Why did you want to write a book that empowers other artists to run crowdfunding campaigns?

The internet is surprisingly underutilized by a bunch of artists, and that’s super weird to me. We meet a ton of cool musicians who just don’t know its potential: We can connect with our audience online, we can do shows, share music, have conversations, and promote our work to all our fans around the world all at once. And then, of course, there’s Kickstarter — a place where we can raise money to make art we could never make on our own. There are so many talented artists who just need a little push and a little advice. They need permission to connect to their audience without a label or a public relations company or a marketing team. And I love to help with that.

We certainly wouldn’t want to spoil your book, but can you share three top tips every musician should know before launching a Kickstarter campaign?

  1. Before you launch, work on building your audience. Make content for the internet — and don’t worry about it being perfect or expensive! Music videos don’t have to cost $2,000 to $5,000; they can just be you and a cell phone. Being present with your fans means you’re a bigger part of their lives, so make lots of stuff for them to watch and listen to.
  2. Start a mailing list and promote it everywhere. Having a big audience before a Kickstarter doesn’t mean a lot if you can’t get in touch with them on day one of your project. Collect your fans’ email addresses (in exchange for free songs) and keep them up to date.
  3. Set a realistic goal and copy successful strategies from other campaigns. Do a lot of research about what you can realistically raise, and don’t try to reinvent the wheel. Resources like Kickstarter’s website, my book, and your friends can help. Crowdfunding is all about the crowd — about community working together.

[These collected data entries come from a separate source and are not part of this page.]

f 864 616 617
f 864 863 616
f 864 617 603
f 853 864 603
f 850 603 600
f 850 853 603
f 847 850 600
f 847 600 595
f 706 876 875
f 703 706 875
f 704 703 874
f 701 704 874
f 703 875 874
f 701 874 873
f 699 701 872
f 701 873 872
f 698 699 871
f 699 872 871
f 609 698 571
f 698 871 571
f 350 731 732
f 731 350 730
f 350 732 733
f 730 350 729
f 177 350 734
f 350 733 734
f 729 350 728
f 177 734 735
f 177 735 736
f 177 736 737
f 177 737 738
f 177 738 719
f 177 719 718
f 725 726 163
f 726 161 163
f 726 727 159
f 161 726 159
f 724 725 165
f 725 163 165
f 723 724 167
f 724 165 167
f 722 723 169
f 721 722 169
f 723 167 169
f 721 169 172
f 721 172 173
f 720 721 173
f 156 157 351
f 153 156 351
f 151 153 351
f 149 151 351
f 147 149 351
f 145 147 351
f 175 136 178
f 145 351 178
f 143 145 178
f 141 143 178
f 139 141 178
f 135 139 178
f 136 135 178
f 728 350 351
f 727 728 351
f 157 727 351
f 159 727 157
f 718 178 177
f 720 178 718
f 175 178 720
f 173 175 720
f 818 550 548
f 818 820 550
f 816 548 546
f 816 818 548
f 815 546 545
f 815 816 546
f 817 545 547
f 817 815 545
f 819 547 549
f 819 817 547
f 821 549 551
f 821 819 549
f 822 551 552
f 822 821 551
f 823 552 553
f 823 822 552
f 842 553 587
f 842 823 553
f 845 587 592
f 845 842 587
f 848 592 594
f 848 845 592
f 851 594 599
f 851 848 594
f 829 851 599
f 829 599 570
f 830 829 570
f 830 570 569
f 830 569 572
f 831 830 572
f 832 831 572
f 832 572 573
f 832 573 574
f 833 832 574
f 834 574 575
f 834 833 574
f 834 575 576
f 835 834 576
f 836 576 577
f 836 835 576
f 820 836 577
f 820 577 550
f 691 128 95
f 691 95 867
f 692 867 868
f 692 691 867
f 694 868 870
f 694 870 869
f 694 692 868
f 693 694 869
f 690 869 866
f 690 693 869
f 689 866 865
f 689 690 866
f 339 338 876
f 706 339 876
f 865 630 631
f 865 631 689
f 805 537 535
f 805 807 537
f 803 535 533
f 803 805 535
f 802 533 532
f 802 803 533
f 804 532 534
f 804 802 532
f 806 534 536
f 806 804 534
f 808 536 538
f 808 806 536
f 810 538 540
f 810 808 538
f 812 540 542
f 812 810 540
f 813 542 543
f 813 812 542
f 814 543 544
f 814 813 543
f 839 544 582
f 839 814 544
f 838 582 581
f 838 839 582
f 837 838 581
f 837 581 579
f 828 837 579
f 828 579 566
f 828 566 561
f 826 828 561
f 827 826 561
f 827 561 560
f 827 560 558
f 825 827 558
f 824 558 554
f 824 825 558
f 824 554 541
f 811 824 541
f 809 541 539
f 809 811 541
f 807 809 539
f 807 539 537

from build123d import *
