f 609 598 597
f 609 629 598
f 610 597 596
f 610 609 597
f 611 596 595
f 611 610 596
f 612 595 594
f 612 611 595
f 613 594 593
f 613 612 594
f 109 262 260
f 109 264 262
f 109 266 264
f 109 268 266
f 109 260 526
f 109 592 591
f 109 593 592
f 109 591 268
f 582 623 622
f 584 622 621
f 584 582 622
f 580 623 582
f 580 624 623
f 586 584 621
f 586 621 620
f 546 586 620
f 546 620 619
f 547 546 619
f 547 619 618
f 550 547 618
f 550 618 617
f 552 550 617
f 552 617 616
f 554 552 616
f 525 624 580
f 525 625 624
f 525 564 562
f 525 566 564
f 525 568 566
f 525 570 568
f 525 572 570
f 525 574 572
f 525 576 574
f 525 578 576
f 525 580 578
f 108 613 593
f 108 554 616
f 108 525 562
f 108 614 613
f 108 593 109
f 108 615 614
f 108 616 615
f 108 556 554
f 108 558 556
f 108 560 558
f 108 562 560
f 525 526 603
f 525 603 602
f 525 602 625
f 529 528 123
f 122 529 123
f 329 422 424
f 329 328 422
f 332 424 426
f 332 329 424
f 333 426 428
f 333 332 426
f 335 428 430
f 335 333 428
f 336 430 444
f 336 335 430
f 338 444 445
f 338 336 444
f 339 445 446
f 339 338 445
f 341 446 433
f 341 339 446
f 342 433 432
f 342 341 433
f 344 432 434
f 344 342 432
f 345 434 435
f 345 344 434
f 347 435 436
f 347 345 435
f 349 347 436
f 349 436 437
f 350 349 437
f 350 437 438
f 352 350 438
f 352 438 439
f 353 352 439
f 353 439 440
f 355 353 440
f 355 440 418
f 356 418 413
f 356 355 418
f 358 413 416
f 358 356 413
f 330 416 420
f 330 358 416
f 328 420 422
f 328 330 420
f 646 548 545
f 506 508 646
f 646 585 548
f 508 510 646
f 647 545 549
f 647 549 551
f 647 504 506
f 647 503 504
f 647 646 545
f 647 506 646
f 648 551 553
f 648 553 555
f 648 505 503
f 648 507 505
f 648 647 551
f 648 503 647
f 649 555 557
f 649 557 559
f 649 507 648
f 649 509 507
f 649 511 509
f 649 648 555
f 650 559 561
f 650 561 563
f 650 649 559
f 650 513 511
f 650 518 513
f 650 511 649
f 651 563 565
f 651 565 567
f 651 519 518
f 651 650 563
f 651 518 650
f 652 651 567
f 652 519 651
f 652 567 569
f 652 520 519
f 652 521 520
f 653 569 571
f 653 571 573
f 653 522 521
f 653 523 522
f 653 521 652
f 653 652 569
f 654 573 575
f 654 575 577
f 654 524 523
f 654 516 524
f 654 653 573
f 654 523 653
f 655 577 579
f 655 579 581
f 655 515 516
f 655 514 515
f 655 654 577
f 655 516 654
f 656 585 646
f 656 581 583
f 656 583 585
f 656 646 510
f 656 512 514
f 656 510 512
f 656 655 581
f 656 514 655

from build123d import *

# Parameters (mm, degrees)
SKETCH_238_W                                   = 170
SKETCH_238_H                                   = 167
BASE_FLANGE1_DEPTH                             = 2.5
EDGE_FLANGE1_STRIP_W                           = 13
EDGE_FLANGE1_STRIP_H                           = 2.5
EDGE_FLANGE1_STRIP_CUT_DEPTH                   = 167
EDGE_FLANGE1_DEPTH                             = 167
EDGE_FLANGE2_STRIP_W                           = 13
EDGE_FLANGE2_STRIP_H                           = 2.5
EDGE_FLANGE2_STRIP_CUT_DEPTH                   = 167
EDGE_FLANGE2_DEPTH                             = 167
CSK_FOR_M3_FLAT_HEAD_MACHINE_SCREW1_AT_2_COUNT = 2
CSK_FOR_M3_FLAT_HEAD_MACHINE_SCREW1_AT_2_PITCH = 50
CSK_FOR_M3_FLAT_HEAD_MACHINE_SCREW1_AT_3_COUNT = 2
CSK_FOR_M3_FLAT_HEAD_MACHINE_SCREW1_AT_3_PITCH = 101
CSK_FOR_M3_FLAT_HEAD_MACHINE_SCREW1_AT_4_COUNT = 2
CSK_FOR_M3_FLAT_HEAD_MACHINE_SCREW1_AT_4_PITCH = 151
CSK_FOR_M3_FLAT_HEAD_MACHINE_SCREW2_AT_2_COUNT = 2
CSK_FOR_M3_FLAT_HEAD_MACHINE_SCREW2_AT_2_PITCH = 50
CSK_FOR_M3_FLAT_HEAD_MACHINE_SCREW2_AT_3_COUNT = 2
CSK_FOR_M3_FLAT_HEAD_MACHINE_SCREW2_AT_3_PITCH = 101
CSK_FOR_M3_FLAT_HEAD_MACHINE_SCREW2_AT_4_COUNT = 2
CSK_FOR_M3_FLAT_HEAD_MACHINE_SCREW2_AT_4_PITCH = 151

Crowdfunding is all about the crowd — about community working together.

How do you stay connected to yourself while making music, touring, and running Kickstarter campaigns?

This year especially has been super busy: We’re about to head to Europe, and that’s only halfway through our tour. I’m trying to be good to myself in between trips and do things that are just for fun: take walks, pet my cat, play with my musical improv team. I also recommend therapy and anxiety meds to [people] who need them — investing in my mental health has turned my life around, and I think we should all be a little more open about it.

Who are three artists you’ve gotten into recently?

  1. Lizzo: I mean, of course.
  2. Mal Blum: Their music is like the feelings-rock I loved in high school.
  3. The Library Bards: I’ve known them for a while (and helped run their most recent Kickstarter campaign), but their new album is delightful, and I’m so excited for the amazing things these nerdy parody artists are doing. They’re going to rule the world!